– А… а что, если кто-нибудь из солдат по ошибке зарядил ружье пулей? – возразил мистер Уинкль, бледнея при мысли о такой возможности, им же самим измышленной. – Я только что слышал – что-то просвистело в воздухе, и очень громко: под самым моим ухом.

– Не броситься ли нам ничком на землю? – предложил мистер Снодграсс.

– Нет, нет… все уже кончено, – сказал мистер Пиквик.

Быть может, губы его дрожали и щеки побледнели, но ни одно слово, свидетельствующее об испуге или волнении, не сорвалось с уст этого великого человека.

Мистер Пиквик был прав: стрельба прекратилась.
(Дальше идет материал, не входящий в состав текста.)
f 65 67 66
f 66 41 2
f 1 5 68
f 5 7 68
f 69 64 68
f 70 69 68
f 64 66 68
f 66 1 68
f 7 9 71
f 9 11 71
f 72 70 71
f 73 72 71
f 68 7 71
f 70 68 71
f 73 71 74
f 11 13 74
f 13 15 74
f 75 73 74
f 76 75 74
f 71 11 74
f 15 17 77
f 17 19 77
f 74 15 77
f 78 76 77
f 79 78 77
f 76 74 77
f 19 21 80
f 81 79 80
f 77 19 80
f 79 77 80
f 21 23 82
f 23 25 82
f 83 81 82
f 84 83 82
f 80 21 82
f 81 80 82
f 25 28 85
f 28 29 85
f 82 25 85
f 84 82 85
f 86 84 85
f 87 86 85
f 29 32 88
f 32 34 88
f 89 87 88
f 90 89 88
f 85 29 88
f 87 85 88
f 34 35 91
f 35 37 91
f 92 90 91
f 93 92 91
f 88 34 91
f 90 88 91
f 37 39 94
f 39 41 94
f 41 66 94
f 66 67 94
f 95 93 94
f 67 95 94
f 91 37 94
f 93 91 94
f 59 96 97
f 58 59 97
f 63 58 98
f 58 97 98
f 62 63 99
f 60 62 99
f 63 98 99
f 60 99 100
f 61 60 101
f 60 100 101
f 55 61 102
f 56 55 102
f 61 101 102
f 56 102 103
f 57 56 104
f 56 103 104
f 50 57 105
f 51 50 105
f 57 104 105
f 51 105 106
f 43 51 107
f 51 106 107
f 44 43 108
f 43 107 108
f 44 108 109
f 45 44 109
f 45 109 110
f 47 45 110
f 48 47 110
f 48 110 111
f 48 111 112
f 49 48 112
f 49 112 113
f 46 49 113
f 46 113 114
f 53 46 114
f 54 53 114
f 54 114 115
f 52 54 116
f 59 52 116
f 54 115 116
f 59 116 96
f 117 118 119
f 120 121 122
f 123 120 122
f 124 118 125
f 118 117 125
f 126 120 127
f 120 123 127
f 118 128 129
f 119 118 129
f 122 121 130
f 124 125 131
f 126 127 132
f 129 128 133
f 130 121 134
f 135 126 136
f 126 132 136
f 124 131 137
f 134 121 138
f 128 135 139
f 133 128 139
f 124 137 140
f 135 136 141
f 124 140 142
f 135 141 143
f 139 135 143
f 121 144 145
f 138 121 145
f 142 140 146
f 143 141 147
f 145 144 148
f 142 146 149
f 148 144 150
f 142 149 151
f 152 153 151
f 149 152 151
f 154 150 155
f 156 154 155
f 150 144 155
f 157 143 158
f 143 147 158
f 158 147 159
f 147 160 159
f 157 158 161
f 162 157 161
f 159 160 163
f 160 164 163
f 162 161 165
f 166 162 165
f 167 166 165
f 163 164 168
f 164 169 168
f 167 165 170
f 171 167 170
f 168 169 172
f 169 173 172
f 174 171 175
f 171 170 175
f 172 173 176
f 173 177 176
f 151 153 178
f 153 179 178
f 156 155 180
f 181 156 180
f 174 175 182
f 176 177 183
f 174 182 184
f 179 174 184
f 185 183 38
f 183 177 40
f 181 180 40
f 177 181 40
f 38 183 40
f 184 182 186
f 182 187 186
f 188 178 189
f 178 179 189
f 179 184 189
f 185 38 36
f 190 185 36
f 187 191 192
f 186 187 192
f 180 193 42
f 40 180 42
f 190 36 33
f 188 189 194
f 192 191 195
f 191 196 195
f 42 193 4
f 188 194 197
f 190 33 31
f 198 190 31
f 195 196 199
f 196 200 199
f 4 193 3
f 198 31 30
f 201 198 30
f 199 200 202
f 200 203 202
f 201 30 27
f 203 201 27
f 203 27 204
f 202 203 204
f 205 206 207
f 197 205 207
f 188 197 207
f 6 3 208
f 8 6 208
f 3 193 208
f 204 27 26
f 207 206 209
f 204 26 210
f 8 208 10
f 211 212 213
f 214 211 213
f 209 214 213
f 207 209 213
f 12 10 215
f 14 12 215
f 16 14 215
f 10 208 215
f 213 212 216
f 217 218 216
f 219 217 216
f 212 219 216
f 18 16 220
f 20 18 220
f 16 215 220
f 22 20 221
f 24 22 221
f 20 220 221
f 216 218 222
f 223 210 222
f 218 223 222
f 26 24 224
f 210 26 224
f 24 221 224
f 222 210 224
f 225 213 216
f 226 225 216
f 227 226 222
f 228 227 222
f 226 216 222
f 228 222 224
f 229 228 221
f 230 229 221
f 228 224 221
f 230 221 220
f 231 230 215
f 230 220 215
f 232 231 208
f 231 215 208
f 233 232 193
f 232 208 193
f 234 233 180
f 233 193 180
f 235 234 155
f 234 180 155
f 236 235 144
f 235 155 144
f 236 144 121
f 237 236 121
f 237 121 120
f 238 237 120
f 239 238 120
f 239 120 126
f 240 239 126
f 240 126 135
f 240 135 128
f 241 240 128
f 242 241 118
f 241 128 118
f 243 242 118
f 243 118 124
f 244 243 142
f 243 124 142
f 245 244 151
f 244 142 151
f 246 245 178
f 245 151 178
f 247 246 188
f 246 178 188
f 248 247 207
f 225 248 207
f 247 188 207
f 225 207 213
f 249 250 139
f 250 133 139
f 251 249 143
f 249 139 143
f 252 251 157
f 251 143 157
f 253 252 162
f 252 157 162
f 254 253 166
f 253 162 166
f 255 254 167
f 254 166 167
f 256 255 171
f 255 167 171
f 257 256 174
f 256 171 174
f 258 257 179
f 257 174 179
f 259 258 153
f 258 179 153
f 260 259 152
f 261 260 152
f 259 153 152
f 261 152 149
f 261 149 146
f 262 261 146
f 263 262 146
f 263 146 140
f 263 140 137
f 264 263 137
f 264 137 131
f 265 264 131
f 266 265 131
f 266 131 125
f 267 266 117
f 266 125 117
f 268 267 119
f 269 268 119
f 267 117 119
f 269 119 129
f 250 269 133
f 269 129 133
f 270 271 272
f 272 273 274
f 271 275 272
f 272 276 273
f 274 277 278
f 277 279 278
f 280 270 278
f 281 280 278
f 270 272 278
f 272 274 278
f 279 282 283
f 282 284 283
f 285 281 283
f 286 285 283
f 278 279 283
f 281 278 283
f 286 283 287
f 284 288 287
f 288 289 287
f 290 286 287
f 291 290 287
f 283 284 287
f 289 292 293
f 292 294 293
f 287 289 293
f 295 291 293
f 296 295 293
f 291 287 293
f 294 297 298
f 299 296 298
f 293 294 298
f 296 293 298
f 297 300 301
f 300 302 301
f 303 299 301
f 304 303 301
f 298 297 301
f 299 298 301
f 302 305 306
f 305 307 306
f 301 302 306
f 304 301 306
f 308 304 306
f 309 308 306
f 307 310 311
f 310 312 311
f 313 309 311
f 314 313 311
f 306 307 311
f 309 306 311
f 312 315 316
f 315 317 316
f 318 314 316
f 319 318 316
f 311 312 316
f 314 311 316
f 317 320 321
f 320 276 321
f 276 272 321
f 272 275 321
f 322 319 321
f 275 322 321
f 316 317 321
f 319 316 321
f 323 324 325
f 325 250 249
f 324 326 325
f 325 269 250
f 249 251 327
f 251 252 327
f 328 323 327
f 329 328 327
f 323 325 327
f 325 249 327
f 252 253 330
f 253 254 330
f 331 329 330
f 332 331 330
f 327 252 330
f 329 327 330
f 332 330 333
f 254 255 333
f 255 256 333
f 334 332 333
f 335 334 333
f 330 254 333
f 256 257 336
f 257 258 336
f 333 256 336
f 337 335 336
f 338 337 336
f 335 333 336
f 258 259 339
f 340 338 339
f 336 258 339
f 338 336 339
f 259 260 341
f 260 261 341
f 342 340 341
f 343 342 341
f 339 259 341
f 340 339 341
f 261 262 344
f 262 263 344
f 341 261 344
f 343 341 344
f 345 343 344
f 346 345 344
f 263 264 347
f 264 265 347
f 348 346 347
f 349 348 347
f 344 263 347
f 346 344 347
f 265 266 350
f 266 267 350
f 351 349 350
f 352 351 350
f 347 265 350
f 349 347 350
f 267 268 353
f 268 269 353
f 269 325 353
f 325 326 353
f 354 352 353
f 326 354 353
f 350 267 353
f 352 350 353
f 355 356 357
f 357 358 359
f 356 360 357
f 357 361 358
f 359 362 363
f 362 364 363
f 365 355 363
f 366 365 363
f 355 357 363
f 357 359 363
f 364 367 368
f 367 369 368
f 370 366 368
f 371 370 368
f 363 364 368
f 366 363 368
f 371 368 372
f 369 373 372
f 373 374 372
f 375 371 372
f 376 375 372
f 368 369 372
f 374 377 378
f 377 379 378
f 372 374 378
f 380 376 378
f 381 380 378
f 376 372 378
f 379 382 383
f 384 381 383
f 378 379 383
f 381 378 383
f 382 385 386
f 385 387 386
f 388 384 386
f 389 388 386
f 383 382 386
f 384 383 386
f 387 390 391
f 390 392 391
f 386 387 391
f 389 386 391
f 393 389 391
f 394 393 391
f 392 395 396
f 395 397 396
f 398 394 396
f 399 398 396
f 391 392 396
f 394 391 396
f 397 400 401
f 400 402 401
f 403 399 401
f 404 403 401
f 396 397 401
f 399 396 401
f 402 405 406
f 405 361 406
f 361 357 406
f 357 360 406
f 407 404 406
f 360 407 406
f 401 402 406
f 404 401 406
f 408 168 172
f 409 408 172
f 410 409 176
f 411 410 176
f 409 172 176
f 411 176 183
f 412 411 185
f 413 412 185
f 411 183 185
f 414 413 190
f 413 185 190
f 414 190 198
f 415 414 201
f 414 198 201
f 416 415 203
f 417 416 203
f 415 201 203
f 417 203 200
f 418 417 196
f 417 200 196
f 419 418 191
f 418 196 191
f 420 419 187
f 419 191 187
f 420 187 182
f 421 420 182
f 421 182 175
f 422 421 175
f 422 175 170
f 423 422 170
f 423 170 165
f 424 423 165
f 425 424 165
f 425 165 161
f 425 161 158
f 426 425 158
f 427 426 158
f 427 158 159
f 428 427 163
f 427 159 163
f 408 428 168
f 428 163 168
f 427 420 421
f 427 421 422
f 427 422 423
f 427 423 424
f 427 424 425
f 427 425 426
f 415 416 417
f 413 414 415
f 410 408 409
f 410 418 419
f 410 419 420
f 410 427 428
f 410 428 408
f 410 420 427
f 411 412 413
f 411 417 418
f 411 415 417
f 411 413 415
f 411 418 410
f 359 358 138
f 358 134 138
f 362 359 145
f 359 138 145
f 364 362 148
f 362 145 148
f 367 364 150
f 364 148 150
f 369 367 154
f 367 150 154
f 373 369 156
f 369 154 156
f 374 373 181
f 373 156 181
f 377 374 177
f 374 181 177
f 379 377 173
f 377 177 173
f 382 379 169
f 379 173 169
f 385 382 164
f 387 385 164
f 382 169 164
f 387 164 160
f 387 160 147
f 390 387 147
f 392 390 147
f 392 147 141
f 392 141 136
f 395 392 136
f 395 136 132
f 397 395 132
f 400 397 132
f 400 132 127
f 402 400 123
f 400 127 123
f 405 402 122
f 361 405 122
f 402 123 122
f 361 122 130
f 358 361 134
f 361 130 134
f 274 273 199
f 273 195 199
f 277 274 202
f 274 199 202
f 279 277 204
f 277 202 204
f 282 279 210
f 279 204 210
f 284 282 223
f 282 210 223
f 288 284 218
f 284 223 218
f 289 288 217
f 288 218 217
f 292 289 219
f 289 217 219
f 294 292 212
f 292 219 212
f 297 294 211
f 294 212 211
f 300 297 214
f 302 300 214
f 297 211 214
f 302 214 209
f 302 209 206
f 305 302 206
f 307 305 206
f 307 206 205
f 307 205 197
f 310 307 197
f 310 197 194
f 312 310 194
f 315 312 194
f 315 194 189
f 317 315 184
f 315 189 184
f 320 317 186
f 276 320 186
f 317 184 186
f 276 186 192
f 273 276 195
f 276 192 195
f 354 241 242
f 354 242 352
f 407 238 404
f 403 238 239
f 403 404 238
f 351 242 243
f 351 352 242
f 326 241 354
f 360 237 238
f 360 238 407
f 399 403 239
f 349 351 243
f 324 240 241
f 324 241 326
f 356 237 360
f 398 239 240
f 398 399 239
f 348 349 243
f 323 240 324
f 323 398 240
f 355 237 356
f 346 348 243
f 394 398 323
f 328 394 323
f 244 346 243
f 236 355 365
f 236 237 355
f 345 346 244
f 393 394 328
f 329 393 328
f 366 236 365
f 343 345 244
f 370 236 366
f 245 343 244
Но едва он успел поздравить себя с тем, что догадка его правильна, как вся линия пришла в движение: хрипло пронеслась команда, и, раньше чем кто-нибудь из пиквикистов угадал смысл этого нового маневра, все шесть полков с примкнутыми штыками перешли в наступление, стремительно бросившись к тому самому месту, где расположился мистер Пиквик со своими друзьями.

Человек смертен, и есть предел, за который не может простираться человеческая храбрость. Мистер Пиквик глянул сквозь очки на приближающуюся лавину, а затем решительно повернулся к ней спиной, – не скажем – побежал: во-первых, это выражение пошло; во-вторых, фигура мистера Пиквика была отнюдь не приспособлена к такому виду отступления. Он пустился рысцой, развив такую скорость, на какую только способны были его ноги, – такую скорость, что затруднительность своего положения мог оценить в полной мере, когда было уже слишком поздно.

Неприятельские войска, чье появление смутило мистера Пиквика несколько секунд назад, выстроились, чтобы отразить инсценированную атаку войск, осаждающих крепость; и в результате мистер Пиквик со своими приятелями внезапно очутился между двумя длиннейшими шеренгами, из коих одна быстрым шагом приближалась, а другая в боевом порядке ждала столкновения.

– Эй! – кричали офицеры надвигающейся шеренги.

– Прочь с дороги! – орали офицеры неподвижной шеренги.

– Куда нам идти? – вопили всполошившиеся пиквикисты.

– Эй-эй-эй! – было единственным ответом.

Секунда смятения, тяжелый топот ног, сильное сотрясение, заглушенный смех… С полдюжины полков уже удалились на полтысячи ярдов, а подошвы мистера Пиквика продолжали мелькать в воздухе.

Мистер Снодграсс и мистер Уинкль совершили вынужденные курбеты с замечательным проворством, и первое, что увидел этот последний, сидя на земле и вытирая желтым шелковым носовым платком животворную струю, лившуюся из носа, был его высокочтимый наставник, преследовавший свою собственную шляпу, которая, шаловливо подпрыгивая, уносилась вдаль.

Погоня за собственной шляпой является одним из тех редких испытаний – смешных и печальных одновременно, – которые вызывают мало сочувствия. Значительное хладнокровие и немалая доза благоразумия требуются при поимке шляпы. Не следует спешить – иначе вы перегоните ее; не следует впадать в другую крайность – иначе окончательно ее потеряете. Наилучший способ – бежать полегоньку, не отставая от объекта преследования, быть осмотрительным и осторожным, ждать удобного случая, постепенно обгоняя шляпу, затем быстро нырнуть, схватить ее за тулью, нахлобучить на голову и все время благодушно улыбаться, как будто вас это забавляет не меньше, чем всех остальных.

Дул приятный ветерок, и шляпа мистера Пиквика весело катилась вдаль. Ветер пыхтел, и мистер Пиквик пыхтел, а шляпа резво катилась и катилась, словно проворный дельфин на волнах прибоя, и она укатилась бы далеко от мистера Пиквика, если бы по воле провидения не появилось на ее пути препятствие как раз в тот момент, когда этот джентльмен готов был бросить ее на произвол судьбы.